Let's go through some examples using 8 bit 2's complement arithmetic. First, let's try adding together two small positive numbers:
0 0 1 1 0 1 0 1 +53 + 0 1 0 0 0 1 1 1 +71 ----------------- ---- 0 1 1 1 1 1 0 0 124
So far so good. That was easy. Now what about
0 1 0 1 1 1 1 1 +95 + 0 1 0 0 1 0 0 1 +73 ----------------- ---- 1 0 1 0 1 0 0 0 168 ???????
But our rules above said that whenever the first bit of a 2's complement number was 1 then the number was negative, so we added two positives, 95+73, and got a negative number?
If we recall our observations, we see that the range of numbers in 8-bit 2's complement is -128 to +127. Thus, we get screwy answers when we add numbers that are too big and which cause the real sum to be larger than what we can represent. This is called overflow.

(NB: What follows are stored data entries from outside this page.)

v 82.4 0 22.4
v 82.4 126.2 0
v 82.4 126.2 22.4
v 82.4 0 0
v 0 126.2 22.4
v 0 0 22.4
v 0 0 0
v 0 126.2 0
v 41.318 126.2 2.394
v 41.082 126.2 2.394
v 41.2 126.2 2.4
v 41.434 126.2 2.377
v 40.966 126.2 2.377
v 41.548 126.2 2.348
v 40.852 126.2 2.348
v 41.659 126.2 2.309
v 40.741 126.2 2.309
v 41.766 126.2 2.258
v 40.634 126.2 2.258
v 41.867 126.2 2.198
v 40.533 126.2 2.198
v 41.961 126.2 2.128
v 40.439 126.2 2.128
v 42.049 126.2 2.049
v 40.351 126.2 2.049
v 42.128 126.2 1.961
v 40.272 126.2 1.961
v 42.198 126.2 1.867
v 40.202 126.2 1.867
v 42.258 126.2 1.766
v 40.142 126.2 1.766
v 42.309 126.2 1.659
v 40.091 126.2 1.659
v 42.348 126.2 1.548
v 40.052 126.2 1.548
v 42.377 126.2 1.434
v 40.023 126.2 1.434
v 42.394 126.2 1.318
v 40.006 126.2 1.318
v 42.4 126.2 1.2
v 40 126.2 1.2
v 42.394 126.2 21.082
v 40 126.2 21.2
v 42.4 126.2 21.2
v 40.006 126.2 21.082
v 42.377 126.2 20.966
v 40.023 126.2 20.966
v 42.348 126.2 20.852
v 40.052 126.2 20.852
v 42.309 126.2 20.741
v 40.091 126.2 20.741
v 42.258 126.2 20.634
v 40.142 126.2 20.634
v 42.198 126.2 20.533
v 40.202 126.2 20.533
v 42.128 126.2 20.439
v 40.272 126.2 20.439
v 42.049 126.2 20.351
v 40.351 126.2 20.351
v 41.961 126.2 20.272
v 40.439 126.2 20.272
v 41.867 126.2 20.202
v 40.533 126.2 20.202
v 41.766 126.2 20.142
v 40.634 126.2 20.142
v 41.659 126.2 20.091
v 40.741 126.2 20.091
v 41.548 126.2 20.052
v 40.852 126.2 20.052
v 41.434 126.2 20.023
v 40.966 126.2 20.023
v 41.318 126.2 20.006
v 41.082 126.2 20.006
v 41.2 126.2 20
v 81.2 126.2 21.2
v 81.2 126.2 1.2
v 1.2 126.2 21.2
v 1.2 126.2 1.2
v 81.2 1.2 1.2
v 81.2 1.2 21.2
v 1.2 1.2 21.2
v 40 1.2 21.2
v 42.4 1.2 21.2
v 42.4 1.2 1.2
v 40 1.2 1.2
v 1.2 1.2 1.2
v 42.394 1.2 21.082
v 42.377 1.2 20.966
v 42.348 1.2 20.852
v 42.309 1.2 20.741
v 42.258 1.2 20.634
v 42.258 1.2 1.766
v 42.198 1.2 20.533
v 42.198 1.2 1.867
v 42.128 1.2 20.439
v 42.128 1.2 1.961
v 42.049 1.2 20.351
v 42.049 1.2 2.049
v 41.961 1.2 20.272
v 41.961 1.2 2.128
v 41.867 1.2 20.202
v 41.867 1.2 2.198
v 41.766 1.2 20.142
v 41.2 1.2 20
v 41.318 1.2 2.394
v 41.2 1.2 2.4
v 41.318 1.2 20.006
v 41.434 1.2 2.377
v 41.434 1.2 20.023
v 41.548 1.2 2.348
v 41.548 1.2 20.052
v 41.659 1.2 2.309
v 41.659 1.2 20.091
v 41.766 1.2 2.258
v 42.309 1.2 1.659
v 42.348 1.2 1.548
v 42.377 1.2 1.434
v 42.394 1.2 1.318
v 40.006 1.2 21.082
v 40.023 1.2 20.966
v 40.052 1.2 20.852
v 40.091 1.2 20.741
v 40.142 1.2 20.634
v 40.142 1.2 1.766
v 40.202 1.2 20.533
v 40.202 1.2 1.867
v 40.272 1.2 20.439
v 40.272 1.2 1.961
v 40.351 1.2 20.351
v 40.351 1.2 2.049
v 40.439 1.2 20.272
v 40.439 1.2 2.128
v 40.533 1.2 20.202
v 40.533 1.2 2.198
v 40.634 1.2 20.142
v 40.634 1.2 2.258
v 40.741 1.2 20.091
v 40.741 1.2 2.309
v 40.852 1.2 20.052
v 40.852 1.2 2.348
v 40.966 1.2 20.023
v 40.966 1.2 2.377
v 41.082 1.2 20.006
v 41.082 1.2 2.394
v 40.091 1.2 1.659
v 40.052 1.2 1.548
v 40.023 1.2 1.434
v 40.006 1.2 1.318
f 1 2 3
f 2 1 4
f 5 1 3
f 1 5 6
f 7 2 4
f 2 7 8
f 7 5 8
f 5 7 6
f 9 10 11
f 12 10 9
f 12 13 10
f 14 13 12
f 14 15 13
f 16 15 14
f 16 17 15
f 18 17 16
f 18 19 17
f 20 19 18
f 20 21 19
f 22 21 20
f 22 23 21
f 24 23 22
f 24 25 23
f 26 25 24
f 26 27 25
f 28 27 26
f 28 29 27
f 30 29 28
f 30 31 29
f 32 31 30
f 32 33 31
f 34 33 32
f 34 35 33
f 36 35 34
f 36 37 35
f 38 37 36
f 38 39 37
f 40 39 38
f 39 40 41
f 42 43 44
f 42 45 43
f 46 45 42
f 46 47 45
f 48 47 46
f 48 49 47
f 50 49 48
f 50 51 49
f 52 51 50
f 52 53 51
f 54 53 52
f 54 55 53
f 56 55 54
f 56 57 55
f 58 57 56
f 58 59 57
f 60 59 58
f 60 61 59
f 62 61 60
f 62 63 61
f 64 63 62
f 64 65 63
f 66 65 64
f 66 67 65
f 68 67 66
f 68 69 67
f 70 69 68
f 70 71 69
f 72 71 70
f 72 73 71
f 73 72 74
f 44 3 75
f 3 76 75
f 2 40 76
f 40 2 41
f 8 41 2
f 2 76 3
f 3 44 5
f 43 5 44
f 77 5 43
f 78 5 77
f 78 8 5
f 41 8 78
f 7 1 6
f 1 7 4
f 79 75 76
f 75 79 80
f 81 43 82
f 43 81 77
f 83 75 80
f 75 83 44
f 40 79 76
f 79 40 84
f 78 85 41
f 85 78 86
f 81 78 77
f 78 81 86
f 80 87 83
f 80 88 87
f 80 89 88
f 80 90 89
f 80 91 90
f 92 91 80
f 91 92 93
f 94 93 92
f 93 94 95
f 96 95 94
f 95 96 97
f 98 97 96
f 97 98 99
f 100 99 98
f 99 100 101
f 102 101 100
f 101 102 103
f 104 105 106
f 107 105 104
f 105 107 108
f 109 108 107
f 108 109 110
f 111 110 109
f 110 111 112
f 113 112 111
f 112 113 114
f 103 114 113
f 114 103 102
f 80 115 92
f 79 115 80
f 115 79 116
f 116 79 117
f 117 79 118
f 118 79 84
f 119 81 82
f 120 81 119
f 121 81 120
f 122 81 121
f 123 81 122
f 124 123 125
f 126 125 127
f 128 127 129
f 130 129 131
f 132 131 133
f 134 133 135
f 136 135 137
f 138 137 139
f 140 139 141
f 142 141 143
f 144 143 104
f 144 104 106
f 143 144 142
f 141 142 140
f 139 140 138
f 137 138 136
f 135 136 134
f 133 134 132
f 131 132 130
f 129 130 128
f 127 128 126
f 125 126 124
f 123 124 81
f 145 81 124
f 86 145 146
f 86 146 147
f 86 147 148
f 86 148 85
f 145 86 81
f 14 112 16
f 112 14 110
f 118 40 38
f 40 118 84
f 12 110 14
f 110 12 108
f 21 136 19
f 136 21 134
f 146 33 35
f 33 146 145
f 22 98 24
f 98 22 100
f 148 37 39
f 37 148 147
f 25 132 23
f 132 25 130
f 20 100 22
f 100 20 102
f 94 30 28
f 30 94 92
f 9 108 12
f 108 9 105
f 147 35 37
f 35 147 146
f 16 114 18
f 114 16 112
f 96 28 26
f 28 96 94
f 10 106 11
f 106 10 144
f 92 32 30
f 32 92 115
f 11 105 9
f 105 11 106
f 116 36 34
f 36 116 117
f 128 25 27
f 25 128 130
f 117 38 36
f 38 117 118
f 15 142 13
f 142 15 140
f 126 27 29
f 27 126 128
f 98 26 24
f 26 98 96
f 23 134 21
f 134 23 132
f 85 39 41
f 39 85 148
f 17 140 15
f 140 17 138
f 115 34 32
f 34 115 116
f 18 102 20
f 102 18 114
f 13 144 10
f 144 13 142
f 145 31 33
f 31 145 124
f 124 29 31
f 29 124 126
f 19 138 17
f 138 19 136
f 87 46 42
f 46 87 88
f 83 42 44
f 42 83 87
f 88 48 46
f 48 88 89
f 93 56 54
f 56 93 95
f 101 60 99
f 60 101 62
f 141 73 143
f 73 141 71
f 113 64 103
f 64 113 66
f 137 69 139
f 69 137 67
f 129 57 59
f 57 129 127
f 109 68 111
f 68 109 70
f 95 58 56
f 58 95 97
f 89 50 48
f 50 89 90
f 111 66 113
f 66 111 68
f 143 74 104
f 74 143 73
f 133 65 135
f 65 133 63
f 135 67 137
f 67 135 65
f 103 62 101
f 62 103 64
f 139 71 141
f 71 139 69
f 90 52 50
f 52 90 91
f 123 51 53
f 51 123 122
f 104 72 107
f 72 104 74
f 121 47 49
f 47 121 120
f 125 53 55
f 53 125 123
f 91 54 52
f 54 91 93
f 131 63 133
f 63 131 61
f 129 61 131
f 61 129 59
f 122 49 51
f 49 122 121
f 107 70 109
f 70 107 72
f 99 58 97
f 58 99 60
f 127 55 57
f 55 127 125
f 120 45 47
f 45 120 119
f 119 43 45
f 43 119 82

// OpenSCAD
t=1.2;
$fn=64;

difference() {
  cube([80+t*2,125+t,20+t*2]);
  translate([t,t,t]) cube([80,125.1,20]);
}
translate([80/2+t,t,t]) rotate([-90,0,0]) cylinder(r=t,h=125);
translate([80/2+t,t,t+20]) rotate([-90,0,0]) cylinder(r=t,h=125);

Notice that if we treated the above addition as unsigned numbers, everything is fine because 168 is 10101000, as long as we are looking at it as an unsigned number and not as a 2's complement number.
Now let's tackle adding two negatives:
1 0 1 1 0 1 1 1 -73
+ 1 1 1 0 1 1 1 1 -17
----------------- ----
1 1 0 1 0 0 1 1 0 -90
Again, if there is a final carry out, it gets thrown away. Everything works out fine and we get a negative answer. Remember that this will be true if our answer does not exceed -128.
What if we look at these as unsigned numbers?
1 0 1 1 0 1 1 1 183 + 1 1 1 0 1 1 1 1 239 ----------------- ----- 1 0 1 0 0 1 1 0 422
But 10100110 is only 166, not 422, so another form of overflow occurred. This has to do with throwing away that final carry out. If we had kept it, we would have had 110100110, which is 422.